Third in the stack, I had a sheet of green paper, on which I wrote Ed's name and information, similar to what I'd written on the pink paper and what documents we'd included (Ed's P60, birth certificate, bank info, mortgage etc).

Finally, I had a yellow sheet of paper on which I wrote what was in the remainder of the stack (emails, flight itineraries, Skype screenshots, the contract (showing a deposit paid) for the wedding reception and the original receipt for my engagement ring).

I didn't use tabs/folders or anything else to further divide the information because I figured that the ECO knows what they're looking for and what they're looking at, so I didn't see any reason to delineate further.


----------



## diverseyharbor (Mar 26, 2013)

That is fantastic. It makes sense too. I'm a little OCD as well, but this is a time thing! What a process.

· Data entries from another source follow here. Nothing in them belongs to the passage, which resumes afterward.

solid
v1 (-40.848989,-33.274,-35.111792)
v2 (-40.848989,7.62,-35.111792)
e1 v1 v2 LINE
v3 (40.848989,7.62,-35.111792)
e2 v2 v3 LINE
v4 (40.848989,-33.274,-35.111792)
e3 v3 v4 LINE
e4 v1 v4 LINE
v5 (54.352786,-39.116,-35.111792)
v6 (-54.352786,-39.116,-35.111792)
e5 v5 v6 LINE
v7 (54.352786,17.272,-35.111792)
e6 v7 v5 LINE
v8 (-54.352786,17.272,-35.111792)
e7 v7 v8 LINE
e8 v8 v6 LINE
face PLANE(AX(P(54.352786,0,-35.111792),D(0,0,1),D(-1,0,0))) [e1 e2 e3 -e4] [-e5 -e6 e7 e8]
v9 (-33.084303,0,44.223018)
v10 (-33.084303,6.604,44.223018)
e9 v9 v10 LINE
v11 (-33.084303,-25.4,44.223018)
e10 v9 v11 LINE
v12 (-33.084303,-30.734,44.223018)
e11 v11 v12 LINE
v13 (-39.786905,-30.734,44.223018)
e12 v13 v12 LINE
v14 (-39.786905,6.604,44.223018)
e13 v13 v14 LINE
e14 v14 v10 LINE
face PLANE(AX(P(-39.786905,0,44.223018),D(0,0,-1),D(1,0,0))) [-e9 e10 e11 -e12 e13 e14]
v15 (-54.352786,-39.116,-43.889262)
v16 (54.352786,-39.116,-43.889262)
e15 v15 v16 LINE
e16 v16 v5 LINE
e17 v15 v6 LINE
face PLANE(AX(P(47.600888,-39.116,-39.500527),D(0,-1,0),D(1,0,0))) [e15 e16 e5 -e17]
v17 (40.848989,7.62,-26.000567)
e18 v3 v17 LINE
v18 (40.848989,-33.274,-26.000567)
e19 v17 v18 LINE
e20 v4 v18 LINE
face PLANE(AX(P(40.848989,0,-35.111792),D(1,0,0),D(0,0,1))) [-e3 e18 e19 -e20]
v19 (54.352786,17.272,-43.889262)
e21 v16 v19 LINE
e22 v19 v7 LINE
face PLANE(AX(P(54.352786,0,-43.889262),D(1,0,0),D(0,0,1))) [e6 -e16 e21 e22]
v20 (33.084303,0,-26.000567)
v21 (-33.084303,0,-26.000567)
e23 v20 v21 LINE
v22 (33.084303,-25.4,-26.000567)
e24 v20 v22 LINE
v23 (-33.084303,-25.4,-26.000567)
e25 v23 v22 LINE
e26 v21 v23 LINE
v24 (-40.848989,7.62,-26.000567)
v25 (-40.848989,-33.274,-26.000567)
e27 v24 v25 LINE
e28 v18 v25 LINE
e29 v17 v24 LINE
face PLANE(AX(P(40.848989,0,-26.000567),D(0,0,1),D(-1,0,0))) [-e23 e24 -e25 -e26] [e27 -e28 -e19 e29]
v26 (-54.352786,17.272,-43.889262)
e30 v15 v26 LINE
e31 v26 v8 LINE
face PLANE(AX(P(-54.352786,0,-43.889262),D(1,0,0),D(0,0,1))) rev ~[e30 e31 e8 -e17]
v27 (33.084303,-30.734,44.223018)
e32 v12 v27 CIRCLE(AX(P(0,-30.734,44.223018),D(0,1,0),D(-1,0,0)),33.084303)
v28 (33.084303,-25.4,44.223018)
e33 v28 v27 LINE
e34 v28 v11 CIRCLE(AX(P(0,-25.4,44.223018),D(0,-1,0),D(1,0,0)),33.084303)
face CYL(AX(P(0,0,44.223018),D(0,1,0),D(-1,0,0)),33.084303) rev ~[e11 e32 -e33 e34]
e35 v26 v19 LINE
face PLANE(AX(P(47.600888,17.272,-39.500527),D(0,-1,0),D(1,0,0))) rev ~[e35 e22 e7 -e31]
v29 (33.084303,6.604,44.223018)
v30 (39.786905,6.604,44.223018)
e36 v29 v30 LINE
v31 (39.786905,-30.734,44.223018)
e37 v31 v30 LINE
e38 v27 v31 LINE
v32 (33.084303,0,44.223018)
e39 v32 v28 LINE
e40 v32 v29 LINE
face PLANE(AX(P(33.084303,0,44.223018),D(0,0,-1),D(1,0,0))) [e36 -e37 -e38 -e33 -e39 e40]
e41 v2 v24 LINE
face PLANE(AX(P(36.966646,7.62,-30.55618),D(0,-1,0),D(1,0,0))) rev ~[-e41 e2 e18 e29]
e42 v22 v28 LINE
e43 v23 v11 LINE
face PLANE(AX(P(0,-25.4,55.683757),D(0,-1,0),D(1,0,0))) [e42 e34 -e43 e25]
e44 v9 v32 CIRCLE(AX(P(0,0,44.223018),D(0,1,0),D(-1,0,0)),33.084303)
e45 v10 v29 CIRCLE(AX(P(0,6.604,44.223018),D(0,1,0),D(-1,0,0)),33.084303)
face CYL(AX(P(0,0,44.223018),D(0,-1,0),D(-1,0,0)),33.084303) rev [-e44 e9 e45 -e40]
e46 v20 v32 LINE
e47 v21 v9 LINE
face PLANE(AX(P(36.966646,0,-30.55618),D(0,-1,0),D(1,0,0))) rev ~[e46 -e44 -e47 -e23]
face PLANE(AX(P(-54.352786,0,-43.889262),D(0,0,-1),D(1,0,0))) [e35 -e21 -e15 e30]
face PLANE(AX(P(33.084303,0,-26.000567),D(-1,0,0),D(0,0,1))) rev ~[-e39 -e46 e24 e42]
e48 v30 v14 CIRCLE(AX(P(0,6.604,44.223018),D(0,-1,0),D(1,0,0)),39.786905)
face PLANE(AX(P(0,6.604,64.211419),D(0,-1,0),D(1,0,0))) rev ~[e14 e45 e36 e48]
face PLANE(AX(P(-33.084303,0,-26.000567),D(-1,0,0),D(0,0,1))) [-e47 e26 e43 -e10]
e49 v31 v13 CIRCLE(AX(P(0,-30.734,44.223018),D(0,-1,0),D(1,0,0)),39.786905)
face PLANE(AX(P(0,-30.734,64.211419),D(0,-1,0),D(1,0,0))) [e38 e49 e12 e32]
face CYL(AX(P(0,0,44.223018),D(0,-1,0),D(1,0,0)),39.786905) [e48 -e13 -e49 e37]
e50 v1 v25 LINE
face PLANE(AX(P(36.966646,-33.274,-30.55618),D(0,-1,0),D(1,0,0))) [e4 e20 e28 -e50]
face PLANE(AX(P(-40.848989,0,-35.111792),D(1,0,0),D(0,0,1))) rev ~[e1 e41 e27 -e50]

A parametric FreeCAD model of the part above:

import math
import FreeCAD as App
import Part
import Sketcher
from FreeCAD import Vector
Q = App.Units.Quantity


def add_polygon(sketch, points):
    """Adds a closed chain of lines whose ends are joined by coincident constraints."""
    first, n = sketch.GeometryCount, len(points)
    for a, b in zip(points, points[1:] + points[:1]):
        sketch.addGeometry(Part.LineSegment(App.Vector(*a, 0), App.Vector(*b, 0)), False)
    for i in range(n):
        sketch.addConstraint(Sketcher.Constraint("Coincident", first + i, 2, first + (i + 1) % n, 1))

doc = App.newDocument("Part")
params = doc.addObject("Spreadsheet::Sheet", "Params")
for row, (alias, value) in enumerate([
    ("pad1_length", "1 in"),
    ("pad2_length", "1.21 in"),
    ("pad2_length2", "0.26 in"),
    ("pad3_length", "1.31 in"),
    ("pad3_length2", "0.3 in"),
    ("pad4_length", "1.54 in"),
    ("pad4_length2", "0.68 in"),
], start=1):
    params.set(f"A{row}", alias)
    params.set(f"B{row}", "=" + value)
    params.setAlias(f"B{row}", alias)

body = doc.addObject("PartDesign::Body", "Body")

# Sketch on XZ plane
sketch1 = doc.addObject("Sketcher::SketchObject", "Sketch")
body.addObject(sketch1)
sketch1.AttachmentSupport = (doc.XZ_Plane, [""])
sketch1.MapMode = "FlatFace"
sketch1.addGeometry([
    Part.ArcOfCircle(Part.Circle(Vector(0, 44, 0), Vector(0, 0, 1), 33), math.radians(0), math.radians(180)),
    Part.LineSegment(Vector(-33, 44, 0), Vector(-33, -26, 0)),
    Part.LineSegment(Vector(-33, -26, 0), Vector(33, -26, 0)),
    Part.LineSegment(Vector(33, -26, 0), Vector(33, 44, 0)),
], False)
sketch1.addConstraint([
    Sketcher.Constraint("Tangent", 0, 2, 1, 1),
    Sketcher.Constraint("Coincident", 1, 2, 2, 1),
    Sketcher.Constraint("Coincident", 2, 2, 3, 1),
    Sketcher.Constraint("Tangent", 3, 2, 0, 1),
    Sketcher.Constraint("Vertical", 1),
    Sketcher.Constraint("Horizontal", 2),
    Sketcher.Constraint("Vertical", 3),
    Sketcher.Constraint("PointOnObject", 0, 3, -2),
    Sketcher.Constraint("Radius", 0, Q("33.084303 mm")),
    Sketcher.Constraint("DistanceY", 1, 2, 1, 1, Q("70.223585 mm")),
    Sketcher.Constraint("DistanceY", -1, 1, 0, 3, Q("44.223018 mm")),
])
pad1 = doc.addObject("PartDesign::Pad", "Pad")
body.addObject(pad1)
pad1.Profile = sketch1
pad1.setExpression("Length", "Params.pad1_length")

# Sketch on XZ plane
sketch2 = doc.addObject("Sketcher::SketchObject", "Sketch001")
body.addObject(sketch2)
sketch2.AttachmentSupport = (doc.XZ_Plane, [""])
sketch2.MapMode = "FlatFace"
sketch2.addGeometry([
    Part.LineSegment(Vector(-40, 44, 0), Vector(-33, 44, 0)),
    Part.ArcOfCircle(Part.Circle(Vector(0, 44, 0), Vector(0, 0, 1), 33), math.radians(0), math.radians(180)),
    Part.LineSegment(Vector(33, 44, 0), Vector(40, 44, 0)),
    Part.ArcOfCircle(Part.Circle(Vector(0, 44, 0), Vector(0, 0, 1), 40), math.radians(0), math.radians(180)),
], False)
sketch2.addConstraint([
    Sketcher.Constraint("Coincident", 0, 2, 1, 2),
    Sketcher.Constraint("Coincident", 1, 1, 2, 1),
    Sketcher.Constraint("Coincident", 2, 2, 3, 1),
    Sketcher.Constraint("Coincident", 3, 2, 0, 1),
    Sketcher.Constraint("Horizontal", 0),
    Sketcher.Constraint("Horizontal", 2),
    Sketcher.Constraint("Coincident", 3, 3, 1, 3),
    Sketcher.Constraint("Symmetric", 0, 2, 1, 1, -2),
    Sketcher.Constraint("Horizontal", 3, 3, 0, 2),
    Sketcher.Constraint("DistanceX", 0, 1, 0, 2, Q("6.702602 mm")),
    Sketcher.Constraint("Radius", 1, Q("33.084303 mm")),
    Sketcher.Constraint("DistanceY", -1, 1, 1, 3, Q("44.223018 mm")),
])
pad2 = doc.addObject("PartDesign::Pad", "Pad001")
body.addObject(pad2)
pad2.Profile = sketch2
pad2.Type = "TwoLengths"
pad2.setExpression("Length", "Params.pad2_length")
pad2.setExpression("Length2", "Params.pad2_length2")

# Sketch on XZ plane
sketch3 = doc.addObject("Sketcher::SketchObject", "Sketch002")
body.addObject(sketch3)
sketch3.AttachmentSupport = (doc.XZ_Plane, [""])
sketch3.MapMode = "FlatFace"
add_polygon(sketch3, [(41, -35), (41, -26), (-41, -26), (-41, -35)])  # lines 0-3
sketch3.addConstraint([
    Sketcher.Constraint("Vertical", 0),
    Sketcher.Constraint("Horizontal", 1),
    Sketcher.Constraint("Vertical", 2),
    Sketcher.Constraint("Horizontal", 3),
    Sketcher.Constraint("DistanceX", 1, 2, 1, 1, Q("81.697978 mm")),
    Sketcher.Constraint("DistanceY", 0, 1, 0, 2, Q("9.111226 mm")),
    Sketcher.Constraint("DistanceX", -1, 1, 0, 2, Q("40.848989 mm")),
    Sketcher.Constraint("DistanceY", 0, 2, -1, 1, Q("26.000567 mm")),
])
pad3 = doc.addObject("PartDesign::Pad", "Pad002")
body.addObject(pad3)
pad3.Profile = sketch3
pad3.Type = "TwoLengths"
pad3.setExpression("Length", "Params.pad3_length")
pad3.setExpression("Length2", "Params.pad3_length2")

# Sketch on XZ plane
sketch4 = doc.addObject("Sketcher::SketchObject", "Sketch003")
body.addObject(sketch4)
sketch4.AttachmentSupport = (doc.XZ_Plane, [""])
sketch4.MapMode = "FlatFace"
add_polygon(sketch4, [(54, -44), (54, -35), (-54, -35), (-54, -44)])  # lines 0-3
sketch4.addConstraint([
    Sketcher.Constraint("Vertical", 0),
    Sketcher.Constraint("Horizontal", 1),
    Sketcher.Constraint("Vertical", 2),
    Sketcher.Constraint("Horizontal", 3),
    Sketcher.Constraint("DistanceY", 0, 1, 0, 2, Q("8.777469 mm")),
    Sketcher.Constraint("DistanceX", 1, 2, 1, 1, Q("108.705573 mm")),
    Sketcher.Constraint("DistanceY", 2, 2, -1, 1, Q("43.889262 mm")),
    Sketcher.Constraint("DistanceX", -1, 1, 0, 2, Q("54.352786 mm")),
])
pad4 = doc.addObject("PartDesign::Pad", "Pad003")
body.addObject(pad4)
pad4.Profile = sketch4
pad4.Type = "TwoLengths"
pad4.setExpression("Length", "Params.pad4_length")
pad4.setExpression("Length2", "Params.pad4_length2")

doc.recompute()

Thanks for the tips, I will definitely take this into my own version!!


----------



## marie1715 (Feb 5, 2013)

I put mine in 5 manila folders and labelled the front with black pen - "Application Materials and Personal Details" (printed off apps, biometrics, birth certificates, passport, his copy of passport, his letter of support) "Marriage" (marriage certificate and wedding photos) "Financial Requirement" (bank statements, letters from work, etc) "Accommodation" (land registry, council tax bill etc) and "Genuine and Subsisting Relationship" (cards, Skype logs, photos, joint account details etc) 

I second what WestCoastCanadianGirl says, no sheet protectors! Good luck!


----------



## diverseyharbor (Mar 26, 2013)

Very helpful, I like all of these organizational ideas! Thanks all! I thought I should use clear slides, now not at all!


----------



## Joppa (Sep 7, 2009)

While dividers with tabs or index sheets are useful for you to organise your material, the caseworker isn't bothered about them. They would rather you put them in some logical order, e.g., financial things together, accommodation together etc but then put something like a string round them so when cut, documents are separated and can be rearranged in the way they like (how they want it done seems to vary between visa stations and caseworking sections). Also they like to separate originals and copies into different piles to make it easier to retain one lot and return the other. If a particular document isn't immediately obvious about what it relates to, put a short description on top.


----------



## diverseyharbor (Mar 26, 2013)

This makes sence for sure. You say mark a document if not obvious what it relates to, but is it ok to write directly on it, or use a post-it, ect? 




Joppa said:


> While dividers with tabs or index sheets are useful for you to organise your material, the caseworker isn't bothered about them. They would rather you put them in some logical order, e.g., financial things together, accommodation together etc but then put something like a string round them so when cut, documents are separated and can be rearranged in the way they like (how they want it done seems to vary between visa stations and caseworking sections). Also they like to separate originals and copies into different piles to make it easier to retain one lot and return the other. If a particular document isn't immediately obvious about what it relates to, put a short description on top.


----------



## Joppa (Sep 7, 2009)

Use a pencil or post-it note. Don't deface original in any way.


----------